The two most common occupational groups identified among DF patients were business and service personnel (30.82%) and housekeepers, unemployed, and retired personnel (22.07%). It is important to note that residents work and live in environments that are densely populated with Ae. aegypti during the day, which increases exposure to infectious mosquito bites and DENV.

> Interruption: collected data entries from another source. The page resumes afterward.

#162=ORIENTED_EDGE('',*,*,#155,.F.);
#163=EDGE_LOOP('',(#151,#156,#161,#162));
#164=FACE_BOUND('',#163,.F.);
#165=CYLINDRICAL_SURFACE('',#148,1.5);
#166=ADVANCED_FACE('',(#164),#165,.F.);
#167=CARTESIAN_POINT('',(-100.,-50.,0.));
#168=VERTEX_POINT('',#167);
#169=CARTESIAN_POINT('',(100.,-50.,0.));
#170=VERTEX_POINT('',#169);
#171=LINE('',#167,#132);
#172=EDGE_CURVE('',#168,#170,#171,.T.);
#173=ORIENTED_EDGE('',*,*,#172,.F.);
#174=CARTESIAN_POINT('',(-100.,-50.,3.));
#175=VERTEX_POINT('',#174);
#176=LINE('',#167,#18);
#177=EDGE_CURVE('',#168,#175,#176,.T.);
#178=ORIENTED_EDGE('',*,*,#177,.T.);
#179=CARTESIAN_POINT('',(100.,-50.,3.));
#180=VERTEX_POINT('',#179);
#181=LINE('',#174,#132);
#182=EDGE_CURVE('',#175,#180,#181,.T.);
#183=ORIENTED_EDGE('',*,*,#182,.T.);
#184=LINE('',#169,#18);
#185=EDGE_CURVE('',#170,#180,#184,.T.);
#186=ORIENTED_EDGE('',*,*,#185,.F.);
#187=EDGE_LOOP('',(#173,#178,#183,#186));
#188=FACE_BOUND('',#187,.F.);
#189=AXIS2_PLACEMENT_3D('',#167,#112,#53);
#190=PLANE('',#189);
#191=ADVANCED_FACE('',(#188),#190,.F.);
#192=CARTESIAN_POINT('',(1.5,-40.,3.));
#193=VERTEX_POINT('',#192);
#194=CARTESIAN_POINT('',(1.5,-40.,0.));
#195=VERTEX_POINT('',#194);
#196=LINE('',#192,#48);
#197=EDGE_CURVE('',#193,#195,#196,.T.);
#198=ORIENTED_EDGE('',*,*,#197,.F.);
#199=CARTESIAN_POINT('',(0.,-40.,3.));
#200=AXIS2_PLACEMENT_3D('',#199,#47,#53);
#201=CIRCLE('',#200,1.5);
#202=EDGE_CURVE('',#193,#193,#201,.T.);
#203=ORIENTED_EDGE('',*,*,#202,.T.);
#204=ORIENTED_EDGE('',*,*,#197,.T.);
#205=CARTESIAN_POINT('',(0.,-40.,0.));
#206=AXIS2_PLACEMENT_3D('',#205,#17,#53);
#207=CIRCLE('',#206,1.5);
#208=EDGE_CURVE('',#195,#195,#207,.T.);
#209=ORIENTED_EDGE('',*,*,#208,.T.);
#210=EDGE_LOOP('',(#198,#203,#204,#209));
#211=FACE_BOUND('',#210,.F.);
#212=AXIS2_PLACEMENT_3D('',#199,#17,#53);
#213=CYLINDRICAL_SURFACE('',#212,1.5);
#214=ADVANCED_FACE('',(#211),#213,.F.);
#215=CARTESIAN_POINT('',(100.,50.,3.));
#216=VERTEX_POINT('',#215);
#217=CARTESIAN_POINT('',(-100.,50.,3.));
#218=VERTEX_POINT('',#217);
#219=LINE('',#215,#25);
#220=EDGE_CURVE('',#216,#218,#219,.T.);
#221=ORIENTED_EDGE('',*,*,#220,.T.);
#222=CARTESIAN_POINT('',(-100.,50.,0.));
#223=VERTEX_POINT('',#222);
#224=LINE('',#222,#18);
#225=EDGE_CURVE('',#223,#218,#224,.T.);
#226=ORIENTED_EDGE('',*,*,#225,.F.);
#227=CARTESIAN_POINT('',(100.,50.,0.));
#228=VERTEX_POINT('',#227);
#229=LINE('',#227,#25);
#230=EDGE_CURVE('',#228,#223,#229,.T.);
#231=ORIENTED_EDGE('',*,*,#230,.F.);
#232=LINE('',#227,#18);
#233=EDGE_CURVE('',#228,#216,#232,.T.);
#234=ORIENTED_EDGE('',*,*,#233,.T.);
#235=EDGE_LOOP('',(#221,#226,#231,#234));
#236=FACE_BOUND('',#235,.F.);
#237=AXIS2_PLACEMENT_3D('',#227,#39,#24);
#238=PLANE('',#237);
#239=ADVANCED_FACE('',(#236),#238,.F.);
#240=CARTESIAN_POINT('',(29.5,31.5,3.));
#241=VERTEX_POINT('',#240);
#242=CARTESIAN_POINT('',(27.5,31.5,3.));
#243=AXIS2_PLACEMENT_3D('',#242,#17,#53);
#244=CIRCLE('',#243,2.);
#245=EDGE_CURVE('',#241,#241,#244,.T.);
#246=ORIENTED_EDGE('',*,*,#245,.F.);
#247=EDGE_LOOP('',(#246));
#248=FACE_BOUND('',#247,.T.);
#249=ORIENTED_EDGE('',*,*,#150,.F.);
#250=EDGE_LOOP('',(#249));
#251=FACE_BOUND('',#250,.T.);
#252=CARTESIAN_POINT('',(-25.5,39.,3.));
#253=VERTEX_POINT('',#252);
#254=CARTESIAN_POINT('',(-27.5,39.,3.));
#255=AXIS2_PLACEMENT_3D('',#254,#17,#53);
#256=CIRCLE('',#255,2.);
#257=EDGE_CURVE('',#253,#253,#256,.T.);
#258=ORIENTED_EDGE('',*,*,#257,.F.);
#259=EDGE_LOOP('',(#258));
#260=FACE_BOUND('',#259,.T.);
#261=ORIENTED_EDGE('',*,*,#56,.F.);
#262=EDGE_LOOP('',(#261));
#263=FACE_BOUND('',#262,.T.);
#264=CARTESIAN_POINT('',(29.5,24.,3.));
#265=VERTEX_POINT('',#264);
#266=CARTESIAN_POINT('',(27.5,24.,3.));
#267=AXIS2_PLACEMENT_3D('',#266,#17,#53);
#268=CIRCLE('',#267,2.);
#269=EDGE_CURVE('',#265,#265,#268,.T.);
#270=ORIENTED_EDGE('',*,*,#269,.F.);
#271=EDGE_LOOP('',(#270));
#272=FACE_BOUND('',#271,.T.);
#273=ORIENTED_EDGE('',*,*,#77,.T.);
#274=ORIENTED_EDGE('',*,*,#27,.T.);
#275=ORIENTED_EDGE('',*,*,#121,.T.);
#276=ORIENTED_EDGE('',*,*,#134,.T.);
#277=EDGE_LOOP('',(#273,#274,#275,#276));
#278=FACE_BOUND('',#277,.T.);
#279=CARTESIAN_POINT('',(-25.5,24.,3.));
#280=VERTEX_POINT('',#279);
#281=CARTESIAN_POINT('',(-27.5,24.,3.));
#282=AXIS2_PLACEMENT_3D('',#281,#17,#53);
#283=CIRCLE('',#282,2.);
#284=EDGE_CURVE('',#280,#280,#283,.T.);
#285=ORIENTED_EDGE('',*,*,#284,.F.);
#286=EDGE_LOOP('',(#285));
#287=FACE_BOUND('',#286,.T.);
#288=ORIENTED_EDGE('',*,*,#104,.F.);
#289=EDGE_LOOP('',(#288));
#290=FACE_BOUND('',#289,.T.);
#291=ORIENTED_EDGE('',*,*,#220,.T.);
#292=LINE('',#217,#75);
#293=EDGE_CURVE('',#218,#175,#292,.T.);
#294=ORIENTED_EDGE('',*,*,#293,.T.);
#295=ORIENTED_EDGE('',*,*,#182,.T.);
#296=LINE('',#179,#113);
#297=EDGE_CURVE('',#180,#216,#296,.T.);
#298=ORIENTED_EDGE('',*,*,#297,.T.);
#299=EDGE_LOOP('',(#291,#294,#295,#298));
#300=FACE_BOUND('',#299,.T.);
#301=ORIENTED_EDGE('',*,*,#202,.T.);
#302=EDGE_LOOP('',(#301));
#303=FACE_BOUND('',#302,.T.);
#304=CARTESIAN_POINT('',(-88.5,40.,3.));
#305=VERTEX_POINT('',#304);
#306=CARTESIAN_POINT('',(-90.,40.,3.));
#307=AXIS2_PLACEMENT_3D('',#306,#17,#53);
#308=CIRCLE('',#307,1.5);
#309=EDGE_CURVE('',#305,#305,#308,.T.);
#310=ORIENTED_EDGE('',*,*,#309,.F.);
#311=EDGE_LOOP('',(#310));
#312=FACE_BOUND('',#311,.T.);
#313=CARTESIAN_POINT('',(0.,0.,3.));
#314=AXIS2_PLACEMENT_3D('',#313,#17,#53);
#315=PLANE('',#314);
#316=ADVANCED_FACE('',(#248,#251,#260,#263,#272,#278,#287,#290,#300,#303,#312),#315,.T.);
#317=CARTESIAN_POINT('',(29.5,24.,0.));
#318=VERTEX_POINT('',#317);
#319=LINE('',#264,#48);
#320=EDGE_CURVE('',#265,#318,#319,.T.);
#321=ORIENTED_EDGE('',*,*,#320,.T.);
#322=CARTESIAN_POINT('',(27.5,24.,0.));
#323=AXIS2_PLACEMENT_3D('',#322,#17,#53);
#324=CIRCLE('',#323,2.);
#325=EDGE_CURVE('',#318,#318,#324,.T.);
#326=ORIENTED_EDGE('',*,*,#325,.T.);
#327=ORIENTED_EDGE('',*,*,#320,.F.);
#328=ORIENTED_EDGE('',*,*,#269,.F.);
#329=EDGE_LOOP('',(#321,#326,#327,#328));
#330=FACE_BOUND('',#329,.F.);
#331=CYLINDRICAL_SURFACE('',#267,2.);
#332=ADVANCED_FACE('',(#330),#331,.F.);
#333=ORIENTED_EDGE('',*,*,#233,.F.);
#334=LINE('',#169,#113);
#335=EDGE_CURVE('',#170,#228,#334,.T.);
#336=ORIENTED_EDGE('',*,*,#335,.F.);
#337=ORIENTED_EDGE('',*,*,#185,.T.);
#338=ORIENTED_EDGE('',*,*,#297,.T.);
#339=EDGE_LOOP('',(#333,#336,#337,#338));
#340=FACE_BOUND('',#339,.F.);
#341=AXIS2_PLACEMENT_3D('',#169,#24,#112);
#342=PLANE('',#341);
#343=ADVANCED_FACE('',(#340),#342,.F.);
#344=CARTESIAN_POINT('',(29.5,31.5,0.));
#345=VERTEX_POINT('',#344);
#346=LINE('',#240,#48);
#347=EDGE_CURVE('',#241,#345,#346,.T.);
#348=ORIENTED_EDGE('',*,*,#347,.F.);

The emergence of DHF is associated with introduction of multiple strains of each serotype and the development of hyperendemicity in the region [
6,
36]. Phylogenetic analysis indicated that DENV strains of all four serotypes have been identified in indigenous cases in Yunnan Province. During 2013–2015, DENV-1 genotype I, DENV-2 Asian I genotype, and DENV-4 genotype I were identified in Ruili City. The dengue epidemic pattern observed in Ruili City demonstrated hypoendemic characteristics: circulation of DENV-1 and DENV-2 over consecutive years. Multiple strains of each serotype were introduced, which may increase the risks of DHF emergence in Ruili City. All isolates from Xishuangbanna Prefecture in 2013 were classified as DENV-3 genotype II and isolates in 2015 were classified as DENV-2 Cosmopolitan genotype (or genotype IV). Fortunately, DENV-3 genotype II and DENV-2 Asian I genotype were not detected in dengue cases from Xishuangbanna Prefecture in 2015.
Conclusions
The present study suggested that multiple DENV serotypes are endemic in countries bordering Yunnan Province such as Laos, Thailand, and Myanmar. Imported DF patients from Laos and Myanmar were the primary cause of DF epidemics in Yunnan Province, and Ae. aegypti and Ae. albopictus remain widely distributed in urban regions of the tropics. These factors increase the risk of indigenous dengue transmission and indigenous DF epidemics or pandemics in Yunnan Province. Such evidence indicated that Ruili City is increasingly exhibiting features of an endemic area, as suggested by sustained DENV and the co-existence of multiple serotypes in this area. To prevent future dengue outbreaks and the spread of disease to other regions, joint dengue prevention and control measures should be strengthened in the China-Myanmar and China-Laos border regions of Yunnan Province. In particular, a sound laboratory-based disease surveillance system of imported patients and integrated vector control management are required in both of these regions.